What you have to do:
What is needed here is an exact repetition of the records below, beginning at the line that has "f 159 160 153" and stopping after the line that has "f 158 162 160".
▬▬▬▬▬▬
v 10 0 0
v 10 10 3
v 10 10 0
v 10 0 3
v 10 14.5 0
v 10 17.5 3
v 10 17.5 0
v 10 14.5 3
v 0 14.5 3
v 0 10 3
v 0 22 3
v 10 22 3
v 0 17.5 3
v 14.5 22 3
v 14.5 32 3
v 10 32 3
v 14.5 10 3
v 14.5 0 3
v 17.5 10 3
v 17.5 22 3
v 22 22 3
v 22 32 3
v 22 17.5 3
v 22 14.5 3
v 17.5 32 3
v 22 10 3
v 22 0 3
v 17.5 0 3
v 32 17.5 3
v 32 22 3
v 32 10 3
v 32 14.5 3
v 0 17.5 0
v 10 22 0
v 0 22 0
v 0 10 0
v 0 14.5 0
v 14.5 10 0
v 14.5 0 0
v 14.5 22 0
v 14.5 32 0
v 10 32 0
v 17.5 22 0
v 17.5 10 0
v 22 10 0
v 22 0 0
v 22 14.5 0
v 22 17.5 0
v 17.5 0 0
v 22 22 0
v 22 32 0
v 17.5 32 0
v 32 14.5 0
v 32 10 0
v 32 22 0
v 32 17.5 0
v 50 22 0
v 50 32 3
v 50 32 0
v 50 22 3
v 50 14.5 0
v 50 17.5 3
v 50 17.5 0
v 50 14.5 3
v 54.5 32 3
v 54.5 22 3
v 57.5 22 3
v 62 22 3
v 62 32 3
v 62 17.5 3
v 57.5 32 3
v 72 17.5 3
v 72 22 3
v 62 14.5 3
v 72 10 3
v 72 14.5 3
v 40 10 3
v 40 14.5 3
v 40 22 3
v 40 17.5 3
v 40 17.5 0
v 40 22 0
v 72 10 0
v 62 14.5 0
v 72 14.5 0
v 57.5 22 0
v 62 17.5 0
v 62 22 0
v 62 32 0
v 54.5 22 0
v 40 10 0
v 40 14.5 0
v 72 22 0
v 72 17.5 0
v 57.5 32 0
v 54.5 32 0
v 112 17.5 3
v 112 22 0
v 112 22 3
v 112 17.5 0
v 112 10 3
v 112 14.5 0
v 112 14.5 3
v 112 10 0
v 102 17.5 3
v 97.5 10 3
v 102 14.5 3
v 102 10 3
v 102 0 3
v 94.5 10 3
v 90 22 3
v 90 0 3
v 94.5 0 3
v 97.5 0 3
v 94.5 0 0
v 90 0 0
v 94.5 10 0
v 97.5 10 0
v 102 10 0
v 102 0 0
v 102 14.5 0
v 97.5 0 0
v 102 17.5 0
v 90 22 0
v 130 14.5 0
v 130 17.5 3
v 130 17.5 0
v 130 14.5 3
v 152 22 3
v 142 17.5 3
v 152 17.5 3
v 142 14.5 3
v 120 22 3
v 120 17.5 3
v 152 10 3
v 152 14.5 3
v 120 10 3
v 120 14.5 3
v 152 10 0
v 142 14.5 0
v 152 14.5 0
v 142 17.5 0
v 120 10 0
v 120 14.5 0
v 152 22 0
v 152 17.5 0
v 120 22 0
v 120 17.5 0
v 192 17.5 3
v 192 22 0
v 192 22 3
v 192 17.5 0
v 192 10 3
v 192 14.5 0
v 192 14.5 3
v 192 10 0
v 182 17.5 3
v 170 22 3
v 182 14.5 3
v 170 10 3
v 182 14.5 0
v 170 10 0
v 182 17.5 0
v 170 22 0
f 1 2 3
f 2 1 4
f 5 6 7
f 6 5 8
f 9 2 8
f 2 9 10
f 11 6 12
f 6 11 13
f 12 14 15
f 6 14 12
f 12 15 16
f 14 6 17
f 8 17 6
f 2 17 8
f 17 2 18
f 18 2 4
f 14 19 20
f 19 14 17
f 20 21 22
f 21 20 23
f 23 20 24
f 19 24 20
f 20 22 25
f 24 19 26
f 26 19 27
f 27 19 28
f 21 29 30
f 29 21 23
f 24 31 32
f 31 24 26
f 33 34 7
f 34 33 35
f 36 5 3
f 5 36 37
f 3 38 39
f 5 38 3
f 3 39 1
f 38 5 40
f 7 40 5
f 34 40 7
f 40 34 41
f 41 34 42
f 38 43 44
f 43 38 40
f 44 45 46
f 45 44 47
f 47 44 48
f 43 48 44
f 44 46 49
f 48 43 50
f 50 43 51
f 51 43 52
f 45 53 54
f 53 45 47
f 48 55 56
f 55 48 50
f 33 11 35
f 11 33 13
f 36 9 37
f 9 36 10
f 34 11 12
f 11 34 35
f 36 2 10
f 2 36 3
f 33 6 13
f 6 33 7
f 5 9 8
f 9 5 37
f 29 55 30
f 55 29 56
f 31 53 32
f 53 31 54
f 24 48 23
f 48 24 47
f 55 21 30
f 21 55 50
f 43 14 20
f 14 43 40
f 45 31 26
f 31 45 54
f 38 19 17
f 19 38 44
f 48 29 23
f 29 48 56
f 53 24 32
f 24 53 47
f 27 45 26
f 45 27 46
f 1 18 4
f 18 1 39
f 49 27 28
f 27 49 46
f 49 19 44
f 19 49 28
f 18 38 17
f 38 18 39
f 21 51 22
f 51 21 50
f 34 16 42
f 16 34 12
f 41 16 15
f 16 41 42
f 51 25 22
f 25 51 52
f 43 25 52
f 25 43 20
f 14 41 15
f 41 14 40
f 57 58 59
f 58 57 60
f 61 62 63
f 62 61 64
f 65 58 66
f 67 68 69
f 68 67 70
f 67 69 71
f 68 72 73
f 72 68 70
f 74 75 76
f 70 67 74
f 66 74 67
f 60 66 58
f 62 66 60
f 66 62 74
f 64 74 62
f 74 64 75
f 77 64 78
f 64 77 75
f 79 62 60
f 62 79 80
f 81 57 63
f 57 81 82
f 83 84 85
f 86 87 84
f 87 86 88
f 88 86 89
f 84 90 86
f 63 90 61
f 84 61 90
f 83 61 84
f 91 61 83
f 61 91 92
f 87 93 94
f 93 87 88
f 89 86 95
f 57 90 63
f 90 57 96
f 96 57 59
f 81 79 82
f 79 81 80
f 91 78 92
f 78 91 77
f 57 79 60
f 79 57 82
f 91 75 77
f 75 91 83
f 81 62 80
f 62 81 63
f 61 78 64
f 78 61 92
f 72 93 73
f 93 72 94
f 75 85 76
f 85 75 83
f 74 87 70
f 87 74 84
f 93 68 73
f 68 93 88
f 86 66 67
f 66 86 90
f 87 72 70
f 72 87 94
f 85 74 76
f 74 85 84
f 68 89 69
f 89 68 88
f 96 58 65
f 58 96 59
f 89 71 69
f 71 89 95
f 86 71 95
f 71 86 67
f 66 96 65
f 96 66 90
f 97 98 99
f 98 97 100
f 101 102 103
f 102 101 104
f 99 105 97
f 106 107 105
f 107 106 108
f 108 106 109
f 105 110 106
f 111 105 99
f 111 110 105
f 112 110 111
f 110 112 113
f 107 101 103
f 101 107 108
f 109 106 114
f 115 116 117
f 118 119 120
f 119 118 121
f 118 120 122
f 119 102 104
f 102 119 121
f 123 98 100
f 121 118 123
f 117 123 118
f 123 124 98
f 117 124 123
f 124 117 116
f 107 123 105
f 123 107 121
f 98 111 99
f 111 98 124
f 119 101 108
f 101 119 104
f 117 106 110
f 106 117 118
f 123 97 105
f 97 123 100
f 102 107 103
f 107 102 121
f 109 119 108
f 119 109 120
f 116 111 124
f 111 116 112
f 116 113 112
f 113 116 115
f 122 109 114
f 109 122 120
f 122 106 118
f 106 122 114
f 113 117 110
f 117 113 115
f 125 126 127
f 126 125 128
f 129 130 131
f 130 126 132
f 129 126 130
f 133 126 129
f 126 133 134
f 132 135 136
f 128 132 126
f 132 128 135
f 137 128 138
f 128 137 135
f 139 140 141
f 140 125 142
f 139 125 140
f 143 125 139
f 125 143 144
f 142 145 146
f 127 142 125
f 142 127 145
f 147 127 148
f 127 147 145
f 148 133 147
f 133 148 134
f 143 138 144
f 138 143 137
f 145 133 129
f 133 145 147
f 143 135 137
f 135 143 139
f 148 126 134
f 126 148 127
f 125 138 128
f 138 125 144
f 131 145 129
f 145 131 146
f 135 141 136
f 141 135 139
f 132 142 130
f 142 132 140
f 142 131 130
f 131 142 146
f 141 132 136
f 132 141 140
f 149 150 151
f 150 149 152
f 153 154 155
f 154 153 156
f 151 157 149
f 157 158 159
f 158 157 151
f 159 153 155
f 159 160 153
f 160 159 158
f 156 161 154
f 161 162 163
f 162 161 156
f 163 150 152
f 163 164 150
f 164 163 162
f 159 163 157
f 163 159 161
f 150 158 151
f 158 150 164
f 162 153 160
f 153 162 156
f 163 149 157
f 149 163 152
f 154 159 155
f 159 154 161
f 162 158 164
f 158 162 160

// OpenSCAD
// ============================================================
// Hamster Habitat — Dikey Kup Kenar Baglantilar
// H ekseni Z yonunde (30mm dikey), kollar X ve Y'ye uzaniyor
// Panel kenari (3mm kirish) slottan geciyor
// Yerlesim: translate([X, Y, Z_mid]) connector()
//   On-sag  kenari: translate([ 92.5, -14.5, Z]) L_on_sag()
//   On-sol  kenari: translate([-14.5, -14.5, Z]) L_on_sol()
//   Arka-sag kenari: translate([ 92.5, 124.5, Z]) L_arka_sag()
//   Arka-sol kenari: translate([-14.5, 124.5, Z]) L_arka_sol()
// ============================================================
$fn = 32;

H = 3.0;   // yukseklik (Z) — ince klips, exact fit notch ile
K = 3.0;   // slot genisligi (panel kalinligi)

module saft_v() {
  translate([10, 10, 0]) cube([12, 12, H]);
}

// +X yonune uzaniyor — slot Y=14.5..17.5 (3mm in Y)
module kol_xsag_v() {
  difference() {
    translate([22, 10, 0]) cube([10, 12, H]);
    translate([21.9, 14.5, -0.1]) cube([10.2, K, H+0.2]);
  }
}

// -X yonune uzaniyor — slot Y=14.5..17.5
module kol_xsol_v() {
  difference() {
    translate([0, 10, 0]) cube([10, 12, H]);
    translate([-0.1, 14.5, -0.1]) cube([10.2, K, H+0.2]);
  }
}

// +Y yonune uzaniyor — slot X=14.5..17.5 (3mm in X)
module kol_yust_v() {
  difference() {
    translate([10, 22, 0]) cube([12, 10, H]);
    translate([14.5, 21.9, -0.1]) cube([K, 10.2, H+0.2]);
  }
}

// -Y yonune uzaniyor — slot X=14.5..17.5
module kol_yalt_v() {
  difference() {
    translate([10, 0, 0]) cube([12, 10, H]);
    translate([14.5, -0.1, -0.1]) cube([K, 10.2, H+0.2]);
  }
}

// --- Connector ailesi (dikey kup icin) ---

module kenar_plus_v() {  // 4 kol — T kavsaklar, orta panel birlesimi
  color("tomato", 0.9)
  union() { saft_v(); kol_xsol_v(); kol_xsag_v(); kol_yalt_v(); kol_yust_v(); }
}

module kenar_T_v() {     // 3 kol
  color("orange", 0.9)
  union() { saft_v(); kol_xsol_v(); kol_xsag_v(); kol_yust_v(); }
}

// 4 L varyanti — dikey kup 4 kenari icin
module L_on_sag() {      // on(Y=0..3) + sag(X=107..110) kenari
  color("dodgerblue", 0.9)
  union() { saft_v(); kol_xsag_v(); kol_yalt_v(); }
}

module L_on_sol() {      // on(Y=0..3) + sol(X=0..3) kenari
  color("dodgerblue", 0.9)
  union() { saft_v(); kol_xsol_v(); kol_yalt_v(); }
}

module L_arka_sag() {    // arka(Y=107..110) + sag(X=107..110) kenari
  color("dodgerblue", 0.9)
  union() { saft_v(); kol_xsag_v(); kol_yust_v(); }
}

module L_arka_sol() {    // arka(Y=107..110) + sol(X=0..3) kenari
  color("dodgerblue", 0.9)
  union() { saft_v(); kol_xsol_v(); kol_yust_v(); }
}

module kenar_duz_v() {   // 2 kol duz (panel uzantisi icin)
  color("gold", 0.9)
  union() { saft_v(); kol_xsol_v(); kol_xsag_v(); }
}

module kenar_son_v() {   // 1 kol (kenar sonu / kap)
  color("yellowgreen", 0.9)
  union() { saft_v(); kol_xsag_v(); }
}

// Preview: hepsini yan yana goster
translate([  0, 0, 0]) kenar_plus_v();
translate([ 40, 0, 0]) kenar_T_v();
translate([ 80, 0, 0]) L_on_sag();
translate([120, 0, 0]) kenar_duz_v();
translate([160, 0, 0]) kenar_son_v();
▬▬▬▬▬▬
Solved problem:
f 159 160 153
f 160 159 158
f 156 161 154
f 161 162 163
f 162 161 156
f 163 150 152
f 163 164 150
f 164 163 162
f 159 163 157
f 163 159 161
f 150 158 151
f 158 150 164
f 162 153 160
f 153 162 156
f 163 149 157
f 149 163 152
f 154 159 155
f 159 154 161
f 162 158 164
f 158 162 160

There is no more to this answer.